Eglises d'Asie

Par décision du Premier ministre, les bâtiments d’un ancien centre pour étudiants à Hô Chi Minh-Ville sont restitués à la Compagnie de Jésus au Vietnam

Publié le 18/03/2010




Au cours de l’année dernière, le gouvernement vietnamien avait restitué au diocèse de Hô Chi Minh-Ville l’ancien petit séminaire qui, depuis, a été transformé en “Maison de la culture de la tradition et de la foi” (1). On vient d’annoncer le prochain retour à leurs anciens propriétaires d’un autre établissement qui, pour les catholiques et intellectuels de Saigon, revêt une très haute valeur symbolique. Le P. Thomas Vu Quang Trung, actuel supérieur de la Compagnie de Jésus au Vietnam, vient en effet d’annoncer, dans une lettre rédigée récemment (2), que le Premier ministre avait officiellement pris la décision de demander à l’organisme utilisant actuellement les locaux de restituer à la Compagnie de Jésus les bâtiments de l’ancienne bibliothèque du Centre Alexandre de Rhodes. Selon la lettre, le chef du gouvernement a même précisé que cette restitution devait être achevée avant le 30 juin prochain, date du cinquantième anniversaire du retour des jésuites au Vietnam.

On a appris que déjà le supérieur provincial de la Compagnie, accompagné de quelques confrères, avait rencontré des représentants de la Télévision vietnamienne, actuel utilisateur des locaux. Ils ont préparé ensemble le retour des anciens occupants, conformément aux directives du chef du gouvernement. A cette occasion, le P. Nguyên Công Doan, qui a longtemps été supérieur de la communauté jésuite au Vietnam, a rappelé l’historique de cet établissement situé au n° 175 de la rue Ypen Dô. C’est en mai 1957 que le P. Ferdinand Lacretelle avait reçu la clé de cet immeuble qui constitue en quelque sorte le tremplin du nouveau départ des jésuites en ce pays.

Le retour au giron de l’Eglise de cet établissement ravive dans l’esprit de beaucoup de catholiques un certain nombre de souvenirs, tristes et joyeux, qui lui sont liés. Dans les années 1960 et au début des années 1970, le Centre Alexandre de Rhodes, qui s’était donné le nom d’un des premiers religieux de la Compagnie arrivés au Vietnam, était devenu le lieu de multiples activités au service des étudiants de la ville. Ceux-ci y venaient non seulement pour consulter la bibliothèque, mais aussi pour y suivre des cours de langue, participer à des cercles bibliques, à des cours d’introduction aux techniques télévisuelles et à bien d’autres activités.

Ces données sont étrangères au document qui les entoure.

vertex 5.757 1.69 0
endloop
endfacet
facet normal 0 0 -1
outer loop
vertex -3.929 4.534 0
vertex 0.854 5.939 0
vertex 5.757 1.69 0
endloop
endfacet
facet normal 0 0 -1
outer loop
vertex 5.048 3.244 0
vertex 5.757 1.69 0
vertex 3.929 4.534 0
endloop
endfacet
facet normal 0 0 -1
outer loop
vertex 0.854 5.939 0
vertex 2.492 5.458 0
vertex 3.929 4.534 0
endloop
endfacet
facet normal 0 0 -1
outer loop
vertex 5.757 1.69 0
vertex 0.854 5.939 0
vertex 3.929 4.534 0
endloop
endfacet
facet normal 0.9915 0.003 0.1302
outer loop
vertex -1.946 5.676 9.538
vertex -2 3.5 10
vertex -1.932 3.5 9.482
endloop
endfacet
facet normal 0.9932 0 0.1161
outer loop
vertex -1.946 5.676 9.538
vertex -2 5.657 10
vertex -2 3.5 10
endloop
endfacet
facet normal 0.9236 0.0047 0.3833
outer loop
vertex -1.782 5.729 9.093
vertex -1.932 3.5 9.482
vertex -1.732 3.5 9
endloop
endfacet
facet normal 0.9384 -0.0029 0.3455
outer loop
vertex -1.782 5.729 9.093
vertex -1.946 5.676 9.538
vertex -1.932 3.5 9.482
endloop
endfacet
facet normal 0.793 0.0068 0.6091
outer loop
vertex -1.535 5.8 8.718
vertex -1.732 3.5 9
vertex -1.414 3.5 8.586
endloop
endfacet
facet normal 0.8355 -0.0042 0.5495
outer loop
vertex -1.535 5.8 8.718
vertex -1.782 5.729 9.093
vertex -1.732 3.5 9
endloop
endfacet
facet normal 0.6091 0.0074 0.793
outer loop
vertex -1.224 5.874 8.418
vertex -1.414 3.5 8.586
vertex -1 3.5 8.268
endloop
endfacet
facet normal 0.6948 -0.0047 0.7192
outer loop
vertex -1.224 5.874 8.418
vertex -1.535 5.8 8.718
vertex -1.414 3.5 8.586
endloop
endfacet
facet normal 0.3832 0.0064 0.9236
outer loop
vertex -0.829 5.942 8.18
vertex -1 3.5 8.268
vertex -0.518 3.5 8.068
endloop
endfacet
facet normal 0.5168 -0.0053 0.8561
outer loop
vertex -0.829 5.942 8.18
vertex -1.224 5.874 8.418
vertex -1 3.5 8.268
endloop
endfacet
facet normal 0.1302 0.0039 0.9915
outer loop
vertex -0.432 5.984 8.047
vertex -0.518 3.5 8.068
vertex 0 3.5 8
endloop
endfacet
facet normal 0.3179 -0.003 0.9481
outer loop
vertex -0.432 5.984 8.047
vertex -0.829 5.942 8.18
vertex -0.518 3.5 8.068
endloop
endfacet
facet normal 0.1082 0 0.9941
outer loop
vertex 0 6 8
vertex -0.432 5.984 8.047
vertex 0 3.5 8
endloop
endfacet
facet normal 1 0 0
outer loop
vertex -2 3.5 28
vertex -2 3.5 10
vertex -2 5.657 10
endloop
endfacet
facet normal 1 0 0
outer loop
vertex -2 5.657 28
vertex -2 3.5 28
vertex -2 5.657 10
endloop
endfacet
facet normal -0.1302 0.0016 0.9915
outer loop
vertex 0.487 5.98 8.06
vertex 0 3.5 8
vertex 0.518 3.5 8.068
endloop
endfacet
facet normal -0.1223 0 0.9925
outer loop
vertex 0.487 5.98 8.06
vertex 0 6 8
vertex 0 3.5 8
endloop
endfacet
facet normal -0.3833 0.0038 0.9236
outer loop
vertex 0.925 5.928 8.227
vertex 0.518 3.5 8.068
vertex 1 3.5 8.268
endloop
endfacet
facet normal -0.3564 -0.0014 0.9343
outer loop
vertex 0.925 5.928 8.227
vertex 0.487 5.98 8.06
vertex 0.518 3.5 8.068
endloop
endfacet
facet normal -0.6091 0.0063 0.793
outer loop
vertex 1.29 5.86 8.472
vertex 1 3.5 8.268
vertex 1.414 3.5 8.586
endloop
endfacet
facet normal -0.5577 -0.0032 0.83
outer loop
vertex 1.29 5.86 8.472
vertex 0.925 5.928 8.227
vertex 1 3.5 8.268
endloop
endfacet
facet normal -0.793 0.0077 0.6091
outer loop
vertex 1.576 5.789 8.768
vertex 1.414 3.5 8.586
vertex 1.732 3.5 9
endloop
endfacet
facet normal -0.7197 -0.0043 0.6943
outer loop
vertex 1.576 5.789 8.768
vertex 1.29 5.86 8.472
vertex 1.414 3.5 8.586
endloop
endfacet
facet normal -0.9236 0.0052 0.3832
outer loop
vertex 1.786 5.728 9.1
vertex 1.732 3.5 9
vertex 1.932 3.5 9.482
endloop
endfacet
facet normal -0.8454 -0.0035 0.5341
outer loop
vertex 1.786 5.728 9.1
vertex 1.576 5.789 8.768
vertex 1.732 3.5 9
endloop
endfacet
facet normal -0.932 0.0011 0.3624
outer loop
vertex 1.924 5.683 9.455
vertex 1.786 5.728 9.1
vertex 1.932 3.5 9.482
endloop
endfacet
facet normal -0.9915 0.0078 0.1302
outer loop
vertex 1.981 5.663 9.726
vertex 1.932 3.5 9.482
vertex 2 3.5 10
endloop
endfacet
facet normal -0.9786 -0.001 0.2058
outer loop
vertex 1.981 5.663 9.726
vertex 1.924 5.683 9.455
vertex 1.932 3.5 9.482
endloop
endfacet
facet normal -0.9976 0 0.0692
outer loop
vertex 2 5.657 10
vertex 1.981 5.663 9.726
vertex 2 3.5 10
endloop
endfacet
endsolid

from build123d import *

Après le changement de régime, le Centre avait continué de fonctionner mais avait restreint ses activités. Au cours de l’année 1979, la communauté jésuite et le personnel du centre commencèrent à être soupçonnés d’opposition au régime. Ils ne tardèrent pas à être les victimes d’une brutale répression des autorités politiques de l’époque. Un groupe de treize personnes, jésuites, autres religieux et laïcs vietnamiens, fut arrêté à la fin de 1980 et au début de l’année 1981. Les inculpés furent jugés, le 30 juin 1983, par le tribunal populaire de Hô Chi Minh-Ville. Ils étaient tous accusés “de tentative de renversement du pouvoir légitime et de propagande contrerévolutionnaire”. Aucun des faits rapportés au procès, où avaient été invités des représentants de toutes les communautés catholiques de Hô Chi Minh-Ville, n’avait fourni le moindre commencement de preuve de cette accusation (3). Le P. Lê Thanh Quê, principal accusé de ce procès, à qui l’on reprochait surtout la rédaction et la diffusion d’un bulletin non déclaré, avait été condamné à quinze ans de prison. Il fut libéré en novembre 1991. Son confrère, le P. Nguyên Cong Doàn, provincial pour la région du Vietnam, condamné à une peine moins lourde, avait été libéré en février 1990.

Depuis cette époque, la communauté des jésuites au Vietnam s’est passablement développée et n’aura pas de mal à reprendre en charge les locaux de la bibliothèque du Centre Alexandre de Rhodes, actuellement assez détériorés. On se demande cependant dans quelle mesure les religieux pourront reprendre leurs anciennes activités au sein du milieu étudiant.